Since new major versions generally represent substantial rewrites, it's not at all unusual to see the number of features actually go down from version x.y to version x+1.z. Continuing the Python example, Python 3.0 wasn't nearly up to the featureset of Python 2.6, but that has been improved with 3.1 and 3.2.

So, in short, a version 2.0 release may be necessary if the problems are fundamental enough to necessitate a substantial rewrite.

 

[coolVariable]

Ah, I think I see where the misunderstanding lies.

Open Source version numbering that follows the GNU model (which is most) is actually quite a lot different than the typical commercial version numbering scheme that you may be used to. In commercial products, the major version (first number) typically denotes a major change (hopefully improvement!) in feature set, etc.

In an open source project, the major version instead denotes a major change in underlying architecture. The minor version (second number) is used for incremental improvements and the optional third number is used for bugfixes.

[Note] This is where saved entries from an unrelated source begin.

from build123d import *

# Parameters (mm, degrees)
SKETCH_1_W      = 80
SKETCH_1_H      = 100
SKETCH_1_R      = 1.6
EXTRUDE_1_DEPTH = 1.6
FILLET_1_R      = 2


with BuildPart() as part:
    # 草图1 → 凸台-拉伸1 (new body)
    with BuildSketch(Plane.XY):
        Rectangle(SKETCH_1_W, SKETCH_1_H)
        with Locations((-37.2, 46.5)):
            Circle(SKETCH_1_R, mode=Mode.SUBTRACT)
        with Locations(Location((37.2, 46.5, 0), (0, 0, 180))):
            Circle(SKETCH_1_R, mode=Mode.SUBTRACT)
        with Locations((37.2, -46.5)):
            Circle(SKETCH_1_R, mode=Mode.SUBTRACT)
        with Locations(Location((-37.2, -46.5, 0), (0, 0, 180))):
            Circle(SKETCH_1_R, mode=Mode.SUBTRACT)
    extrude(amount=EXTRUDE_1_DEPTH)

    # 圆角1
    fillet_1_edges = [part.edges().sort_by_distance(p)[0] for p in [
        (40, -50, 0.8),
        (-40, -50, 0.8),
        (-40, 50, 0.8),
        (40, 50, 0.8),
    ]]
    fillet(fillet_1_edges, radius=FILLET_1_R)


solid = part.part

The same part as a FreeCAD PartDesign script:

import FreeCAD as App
import Part
import Sketcher


def edges_at(feature, points):
    """Names of the edges that pass closest to the given points."""
    edges = feature.Shape.Edges
    near = lambda p: min(range(len(edges)), key=lambda i: edges[i].distToShape(Part.Vertex(*p))[0])
    return sorted({f"Edge{near(p) + 1}" for p in points})

doc = App.newDocument("Part")
params = doc.addObject("Spreadsheet::Sheet", "Params")
for row, (alias, value) in enumerate([
    ("sketch1_diameter", "3.2 mm"),
    ("sketch1_width", "80 mm"),
    ("sketch1_height", "100 mm"),
    ("pad1_length", "1.6 mm"),
    ("fillet_radius", "2 mm"),
], start=1):
    params.set(f"A{row}", alias)
    params.set(f"B{row}", "=" + value)
    params.setAlias(f"B{row}", alias)

body = doc.addObject("PartDesign::Body", "Body")

# Sketch on XY plane
sketch1 = doc.addObject("Sketcher::SketchObject", "Sketch")
body.addObject(sketch1)
sketch1.AttachmentSupport = (doc.XY_Plane, [""])
sketch1.MapMode = "FlatFace"
sketch1.addGeometry([
    Part.LineSegment(App.Vector(-40, 50, 0), App.Vector(-40, -50, 0)),  # 0
    Part.LineSegment(App.Vector(-40, -50, 0), App.Vector(40, -50, 0)),  # 1
    Part.LineSegment(App.Vector(40, -50, 0), App.Vector(40, 50, 0)),  # 2
    Part.LineSegment(App.Vector(40, 50, 0), App.Vector(-40, 50, 0)),  # 3
    Part.Circle(App.Vector(-37.2, -46.5, 0), App.Vector(0, 0, 1), 1.6),  # 4
    Part.Circle(App.Vector(37.2, -46.5, 0), App.Vector(0, 0, 1), 1.6),  # 5
    Part.Circle(App.Vector(-37.2, 46.5, 0), App.Vector(0, 0, 1), 1.6),  # 6
    Part.Circle(App.Vector(37.2, 46.5, 0), App.Vector(0, 0, 1), 1.6),  # 7
], False)
sketch1.addConstraint([
    Sketcher.Constraint("Coincident", 0, 2, 1, 1),
    Sketcher.Constraint("Coincident", 1, 2, 2, 1),
    Sketcher.Constraint("Coincident", 2, 2, 3, 1),
    Sketcher.Constraint("Coincident", 3, 2, 0, 1),
    Sketcher.Constraint("Vertical", 0),
    Sketcher.Constraint("Horizontal", 1),
    Sketcher.Constraint("Vertical", 2),
    Sketcher.Constraint("Horizontal", 3),
    Sketcher.Constraint("Equal", 4, 5),
    Sketcher.Constraint("Equal", 5, 6),
    Sketcher.Constraint("Equal", 6, 7),
    Sketcher.Constraint("Symmetric", 5, 3, 6, 3, -1, 1),
    Sketcher.Constraint("Symmetric", 4, 3, 7, 3, -1, 1),
    Sketcher.Constraint("Symmetric", 0, 2, 2, 2, -1, 1),
    Sketcher.Constraint("Symmetric", 4, 3, 5, 3, -2),
    Sketcher.Constraint("Diameter", 4, 3.2),
    Sketcher.Constraint("DistanceX", 1, 1, 1, 2, 80.0),
    Sketcher.Constraint("DistanceY", 0, 2, 0, 1, 100.0),
    Sketcher.Constraint("DistanceY", 4, 3, 6, 3, 93.0),
    Sketcher.Constraint("DistanceX", 4, 3, -1, 1, 37.2),
])
sketch1.setExpression("Constraints[15]", "Params.sketch1_diameter")
sketch1.setExpression("Constraints[16]", "Params.sketch1_width")
sketch1.setExpression("Constraints[17]", "Params.sketch1_height")
pad1 = doc.addObject("PartDesign::Pad", "Pad")
body.addObject(pad1)
pad1.Profile = sketch1
pad1.setExpression("Length", "Params.pad1_length")
doc.recompute()

fillet = doc.addObject("PartDesign::Fillet", "Fillet")
body.addObject(fillet)
fillet.Base = (pad1, edges_at(pad1, [
    (40, -50, 0.8),
    (-40, -50, 0.8),
    (-40, 50, 0.8),
    (40, 50, 0.8),
]))
fillet.setExpression("Radius", "Params.fillet_radius")

doc.recompute()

When an open source developer changes the major version, they do so because they've greatly changed the way the program works under the hood, perhaps to get around limitations in the original architecture. For example, Python 2.6 to Python 3.0 broke backwards compatibility for code, but allowed the Python developers to radically improve the interpreter.

Since new major versions generally represent substantial rewrites, it's not at all unusual to see the number of features actually go down from version x.y to version x+1.z. Continuing the Python example, Python 3.0 wasn't nearly up to the featureset of Python 2.6, but that has been improved with 3.1 and 3.2.

So, in short, a version 2.0 release may be necessary if the problems are fundamental enough to necessitate a substantial rewrite.

Well, maybe pfsense devs should put a disclaimer next to the download then: ATTENTION! SOFTWARE DOES NOT ACTUALLY WORK!